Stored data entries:
·····
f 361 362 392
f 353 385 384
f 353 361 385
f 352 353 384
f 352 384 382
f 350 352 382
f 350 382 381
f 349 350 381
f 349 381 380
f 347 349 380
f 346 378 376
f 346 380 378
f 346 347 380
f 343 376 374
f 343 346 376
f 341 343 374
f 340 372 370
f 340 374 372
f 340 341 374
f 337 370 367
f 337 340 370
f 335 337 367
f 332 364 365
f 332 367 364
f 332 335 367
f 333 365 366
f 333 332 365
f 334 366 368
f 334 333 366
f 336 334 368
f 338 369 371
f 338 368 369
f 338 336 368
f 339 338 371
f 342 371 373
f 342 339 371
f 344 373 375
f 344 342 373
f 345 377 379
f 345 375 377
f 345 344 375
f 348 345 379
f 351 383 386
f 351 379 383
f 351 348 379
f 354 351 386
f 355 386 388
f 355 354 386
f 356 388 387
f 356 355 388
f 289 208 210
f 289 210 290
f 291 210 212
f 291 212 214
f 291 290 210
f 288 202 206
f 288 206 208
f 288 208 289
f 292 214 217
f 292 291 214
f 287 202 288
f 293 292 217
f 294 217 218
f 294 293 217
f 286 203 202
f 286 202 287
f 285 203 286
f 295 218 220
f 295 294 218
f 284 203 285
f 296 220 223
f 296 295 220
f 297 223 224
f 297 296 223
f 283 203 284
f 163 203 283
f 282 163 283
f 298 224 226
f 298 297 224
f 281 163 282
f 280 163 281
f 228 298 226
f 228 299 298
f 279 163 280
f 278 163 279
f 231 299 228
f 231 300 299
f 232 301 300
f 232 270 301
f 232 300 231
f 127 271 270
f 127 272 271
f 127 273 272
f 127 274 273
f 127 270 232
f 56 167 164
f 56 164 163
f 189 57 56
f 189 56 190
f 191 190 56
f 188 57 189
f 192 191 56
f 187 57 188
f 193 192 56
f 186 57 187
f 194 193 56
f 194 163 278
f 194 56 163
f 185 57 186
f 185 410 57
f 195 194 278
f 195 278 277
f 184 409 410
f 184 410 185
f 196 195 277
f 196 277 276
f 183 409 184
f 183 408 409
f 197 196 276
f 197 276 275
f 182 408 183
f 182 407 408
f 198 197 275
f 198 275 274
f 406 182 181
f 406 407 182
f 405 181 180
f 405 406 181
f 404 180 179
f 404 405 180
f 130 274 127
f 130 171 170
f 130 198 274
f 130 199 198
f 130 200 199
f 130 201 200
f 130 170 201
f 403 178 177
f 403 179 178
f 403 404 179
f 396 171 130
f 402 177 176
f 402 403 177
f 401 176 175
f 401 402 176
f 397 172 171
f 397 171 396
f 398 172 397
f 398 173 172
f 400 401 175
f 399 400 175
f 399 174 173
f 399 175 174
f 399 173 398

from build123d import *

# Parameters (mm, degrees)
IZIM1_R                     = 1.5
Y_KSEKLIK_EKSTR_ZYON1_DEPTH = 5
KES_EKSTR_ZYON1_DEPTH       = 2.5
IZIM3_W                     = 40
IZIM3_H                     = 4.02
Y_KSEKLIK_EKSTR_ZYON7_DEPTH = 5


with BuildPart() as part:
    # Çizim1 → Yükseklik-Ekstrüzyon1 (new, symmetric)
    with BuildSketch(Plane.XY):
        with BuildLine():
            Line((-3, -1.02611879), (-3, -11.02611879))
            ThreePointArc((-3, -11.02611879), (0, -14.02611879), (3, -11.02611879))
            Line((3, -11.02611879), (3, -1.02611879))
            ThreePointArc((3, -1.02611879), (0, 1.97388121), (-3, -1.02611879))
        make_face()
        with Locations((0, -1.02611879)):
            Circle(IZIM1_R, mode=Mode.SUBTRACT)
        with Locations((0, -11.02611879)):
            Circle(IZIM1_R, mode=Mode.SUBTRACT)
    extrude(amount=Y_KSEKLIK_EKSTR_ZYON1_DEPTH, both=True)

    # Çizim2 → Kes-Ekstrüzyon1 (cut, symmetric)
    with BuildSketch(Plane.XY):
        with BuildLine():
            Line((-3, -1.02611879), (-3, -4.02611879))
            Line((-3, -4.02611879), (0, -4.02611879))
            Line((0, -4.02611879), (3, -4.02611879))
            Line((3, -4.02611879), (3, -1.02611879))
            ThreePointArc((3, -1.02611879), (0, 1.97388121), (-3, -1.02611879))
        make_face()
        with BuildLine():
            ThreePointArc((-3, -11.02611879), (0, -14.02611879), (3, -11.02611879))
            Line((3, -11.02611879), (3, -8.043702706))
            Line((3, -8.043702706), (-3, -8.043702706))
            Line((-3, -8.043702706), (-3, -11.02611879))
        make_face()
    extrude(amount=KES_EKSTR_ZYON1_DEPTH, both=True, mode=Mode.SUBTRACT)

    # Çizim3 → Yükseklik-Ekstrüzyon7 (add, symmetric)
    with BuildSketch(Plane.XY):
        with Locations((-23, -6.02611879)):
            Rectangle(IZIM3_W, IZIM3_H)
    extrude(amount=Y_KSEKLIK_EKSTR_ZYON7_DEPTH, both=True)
·····
Directions: Exactly as written, reproduce the lines of the data above from the first line through the line where "f 337 340 370" appears.

Result below:
f 361 362 392
f 353 385 384
f 353 361 385
f 352 353 384
f 352 384 382
f 350 352 382
f 350 382 381
f 349 350 381
f 349 381 380
f 347 349 380
f 346 378 376
f 346 380 378
f 346 347 380
f 343 376 374
f 343 346 376
f 341 343 374
f 340 372 370
f 340 374 372
f 340 341 374
f 337 370 367
f 337 340 370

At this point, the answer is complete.